Golf club memberships are always into the hundreds, so there will be many members that you only know by sight and name and some you won't know at all. Yet you can both have been members for decades. Many people have favourite tee times, as do I, so some members you might never see.
But in club competitions you can be paired with someone, that you don't know or haven't played with before.
Some partners are not that talkative.
Apart from competitions I play in "roll ups" (as do members of many clubs) weather permitting, three times a week where whoever turns up, say from eight or nine to a couple of dozen are randomly split into teams which play against each other, the team with the lowest score "wins the money" We all put just a pound in, it's not the money, it's the winning.

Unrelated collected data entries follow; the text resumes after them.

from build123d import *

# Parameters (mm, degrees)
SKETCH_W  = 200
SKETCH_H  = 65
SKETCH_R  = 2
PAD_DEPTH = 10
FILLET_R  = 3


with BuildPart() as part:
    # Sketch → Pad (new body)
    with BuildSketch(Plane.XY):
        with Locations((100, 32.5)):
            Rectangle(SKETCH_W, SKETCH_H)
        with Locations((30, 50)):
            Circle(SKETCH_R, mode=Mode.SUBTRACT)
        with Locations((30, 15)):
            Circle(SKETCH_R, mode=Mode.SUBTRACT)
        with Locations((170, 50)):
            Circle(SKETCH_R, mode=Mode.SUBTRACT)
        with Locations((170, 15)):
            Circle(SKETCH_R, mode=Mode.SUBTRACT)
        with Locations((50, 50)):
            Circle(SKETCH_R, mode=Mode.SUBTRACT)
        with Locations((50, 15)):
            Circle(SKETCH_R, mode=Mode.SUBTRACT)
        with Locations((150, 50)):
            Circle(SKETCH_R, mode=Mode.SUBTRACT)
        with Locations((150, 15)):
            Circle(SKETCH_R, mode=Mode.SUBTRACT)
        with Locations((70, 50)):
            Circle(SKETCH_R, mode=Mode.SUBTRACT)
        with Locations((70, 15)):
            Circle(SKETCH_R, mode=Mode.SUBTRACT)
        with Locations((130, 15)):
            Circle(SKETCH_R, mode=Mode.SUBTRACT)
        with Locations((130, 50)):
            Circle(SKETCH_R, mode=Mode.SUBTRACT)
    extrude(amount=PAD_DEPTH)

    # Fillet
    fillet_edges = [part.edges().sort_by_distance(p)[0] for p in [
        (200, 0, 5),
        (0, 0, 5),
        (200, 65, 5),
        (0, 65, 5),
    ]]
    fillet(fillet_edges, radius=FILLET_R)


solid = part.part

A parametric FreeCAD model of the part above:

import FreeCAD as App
import Part
import Sketcher
from FreeCAD import Vector


def edges_at(feature, points):
    """Names of the edges that pass closest to the given points."""
    edges = feature.Shape.Edges
    near = lambda p: min(range(len(edges)), key=lambda i: edges[i].distToShape(Part.Vertex(*p))[0])
    return sorted({f"Edge{near(p) + 1}" for p in points})

doc = App.newDocument("Part")
params = doc.addObject("Spreadsheet::Sheet", "Params")
for row, (alias, value) in enumerate([
    ("sketch1_diameter", "4 mm"),
    ("sketch1_width", "200 mm"),
    ("sketch1_height", "65 mm"),
    ("pad1_length", "10 mm"),
    ("fillet_radius", "3 mm"),
], start=1):
    params.set(f"A{row}", alias)
    params.set(f"B{row}", "=" + value)
    params.setAlias(f"B{row}", alias)

body = doc.addObject("PartDesign::Body", "Body")

sketch1 = doc.addObject("Sketcher::SketchObject", "Sketch")
body.addObject(sketch1)
sketch1.AttachmentSupport = (doc.XY_Plane, [""])
sketch1.MapMode = "FlatFace"
sketch1.addGeometry(Part.LineSegment(Vector(0, 65, 0), Vector(0, 0, 0)), False)
sketch1.addGeometry(Part.LineSegment(Vector(0, 0, 0), Vector(200, 0, 0)), False)
sketch1.addGeometry(Part.LineSegment(Vector(200, 0, 0), Vector(200, 65, 0)), False)
sketch1.addGeometry(Part.LineSegment(Vector(200, 65, 0), Vector(0, 65, 0)), False)
sketch1.addGeometry(Part.Circle(Vector(30, 15, 0), Vector(0, 0, 1), 2), False)
sketch1.addGeometry(Part.Circle(Vector(50, 15, 0), Vector(0, 0, 1), 2), False)
sketch1.addGeometry(Part.Circle(Vector(70, 15, 0), Vector(0, 0, 1), 2), False)
sketch1.addGeometry(Part.Circle(Vector(130, 15, 0), Vector(0, 0, 1), 2), False)
sketch1.addGeometry(Part.Circle(Vector(150, 15, 0), Vector(0, 0, 1), 2), False)
sketch1.addGeometry(Part.Circle(Vector(170, 15, 0), Vector(0, 0, 1), 2), False)
sketch1.addGeometry(Part.Circle(Vector(30, 50, 0), Vector(0, 0, 1), 2), False)
sketch1.addGeometry(Part.Circle(Vector(50, 50, 0), Vector(0, 0, 1), 2), False)
sketch1.addGeometry(Part.Circle(Vector(70, 50, 0), Vector(0, 0, 1), 2), False)
sketch1.addGeometry(Part.Circle(Vector(130, 50, 0), Vector(0, 0, 1), 2), False)
sketch1.addGeometry(Part.Circle(Vector(150, 50, 0), Vector(0, 0, 1), 2), False)
sketch1.addGeometry(Part.Circle(Vector(170, 50, 0), Vector(0, 0, 1), 2), False)
sketch1.addConstraint(Sketcher.Constraint("Coincident", 0, 2, 1, 1))
sketch1.addConstraint(Sketcher.Constraint("Coincident", 1, 2, 2, 1))
sketch1.addConstraint(Sketcher.Constraint("Coincident", 2, 2, 3, 1))
sketch1.addConstraint(Sketcher.Constraint("Coincident", 3, 2, 0, 1))
sketch1.addConstraint(Sketcher.Constraint("Vertical", 0))
sketch1.addConstraint(Sketcher.Constraint("Horizontal", 1))
sketch1.addConstraint(Sketcher.Constraint("Vertical", 2))
sketch1.addConstraint(Sketcher.Constraint("Horizontal", 3))
sketch1.addConstraint(Sketcher.Constraint("Coincident", 0, 2, -1, 1))
sketch1.addConstraint(Sketcher.Constraint("Equal", 4, 5))
sketch1.addConstraint(Sketcher.Constraint("Equal", 5, 6))
sketch1.addConstraint(Sketcher.Constraint("Equal", 6, 7))
sketch1.addConstraint(Sketcher.Constraint("Equal", 7, 8))
sketch1.addConstraint(Sketcher.Constraint("Equal", 8, 9))
sketch1.addConstraint(Sketcher.Constraint("Equal", 9, 10))
sketch1.addConstraint(Sketcher.Constraint("Equal", 10, 11))
sketch1.addConstraint(Sketcher.Constraint("Equal", 11, 12))
sketch1.addConstraint(Sketcher.Constraint("Equal", 12, 13))
sketch1.addConstraint(Sketcher.Constraint("Equal", 13, 14))
sketch1.addConstraint(Sketcher.Constraint("Equal", 14, 15))
sketch1.addConstraint(Sketcher.Constraint("Horizontal", 4, 3, 5, 3))
sketch1.addConstraint(Sketcher.Constraint("Horizontal", 5, 3, 6, 3))
sketch1.addConstraint(Sketcher.Constraint("Horizontal", 6, 3, 7, 3))
sketch1.addConstraint(Sketcher.Constraint("Horizontal", 7, 3, 8, 3))
sketch1.addConstraint(Sketcher.Constraint("Horizontal", 8, 3, 9, 3))
sketch1.addConstraint(Sketcher.Constraint("Horizontal", 10, 3, 11, 3))
sketch1.addConstraint(Sketcher.Constraint("Horizontal", 11, 3, 12, 3))
sketch1.addConstraint(Sketcher.Constraint("Horizontal", 12, 3, 13, 3))
sketch1.addConstraint(Sketcher.Constraint("Horizontal", 13, 3, 14, 3))
sketch1.addConstraint(Sketcher.Constraint("Horizontal", 14, 3, 15, 3))
sketch1.addConstraint(Sketcher.Constraint("Vertical", 4, 3, 10, 3))
sketch1.addConstraint(Sketcher.Constraint("Vertical", 5, 3, 11, 3))
sketch1.addConstraint(Sketcher.Constraint("Vertical", 6, 3, 12, 3))
sketch1.addConstraint(Sketcher.Constraint("Vertical", 7, 3, 13, 3))
sketch1.addConstraint(Sketcher.Constraint("Vertical", 8, 3, 14, 3))
sketch1.addConstraint(Sketcher.Constraint("Vertical", 9, 3, 15, 3))
sketch1.addConstraint(Sketcher.Constraint("Diameter", 4, 4.0))
sketch1.addConstraint(Sketcher.Constraint("DistanceX", 1, 1, 1, 2, 200.0))
sketch1.addConstraint(Sketcher.Constraint("DistanceY", 0, 2, 0, 1, 65.0))
sketch1.addConstraint(Sketcher.Constraint("DistanceX", -1, 1, 4, 3, 30.0))
sketch1.addConstraint(Sketcher.Constraint("DistanceY", -1, 1, 4, 3, 15.0))
sketch1.addConstraint(Sketcher.Constraint("DistanceX", -1, 1, 5, 3, 50.0))
sketch1.addConstraint(Sketcher.Constraint("DistanceX", -1, 1, 6, 3, 70.0))
sketch1.addConstraint(Sketcher.Constraint("DistanceX", -1, 1, 7, 3, 130.0))
sketch1.addConstraint(Sketcher.Constraint("DistanceX", -1, 1, 8, 3, 150.0))
sketch1.addConstraint(Sketcher.Constraint("DistanceX", -1, 1, 9, 3, 170.0))
sketch1.addConstraint(Sketcher.Constraint("DistanceY", -1, 1, 10, 3, 50.0))
sketch1.setExpression("Constraints[36]", "Params.sketch1_diameter")
sketch1.setExpression("Constraints[37]", "Params.sketch1_width")
sketch1.setExpression("Constraints[38]", "Params.sketch1_height")
pad1 = doc.addObject("PartDesign::Pad", "Pad")
body.addObject(pad1)
pad1.Profile = sketch1
pad1.setExpression("Length", "Params.pad1_length")
doc.recompute()

fillet = doc.addObject("PartDesign::Fillet", "Fillet")
body.addObject(fillet)
fillet.Base = (pad1, edges_at(pad1, [
    (200, 0, 5),
    (0, 0, 5),
    (200, 65, 5),
    (0, 65, 5),
]))
fillet.setExpression("Radius", "Params.fillet_radius")

doc.recompute()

Most of those players I've known for between ten and twenty years, I know roughly where some of them live, but not all. I also know what some did or do for a living, but it's not a common topic as it's not important. Our membership includes a high court judge through a wide spectrum of occupations, but they are "just golfers."
We're just "golf friends." We'll go for a drink after playing, have a laugh sometimes at each other's expense, but there's never any malice in it and we don't fall out. It's just golf.
Some socialise away from the club but very few, but most attend the roll up annual Christmas dinner.
My "best golf friend" whom I'd partnered in competition most weeks for twenty years, died suddenly last year. We'd met his wife a couple of times at golf social events but not for many years. He'd been to our house once to pick me up, as we were going to play together at another club, but I'd never been to his although his house was only a couple of miles away.
A dozen of we golfers, attended his funeral.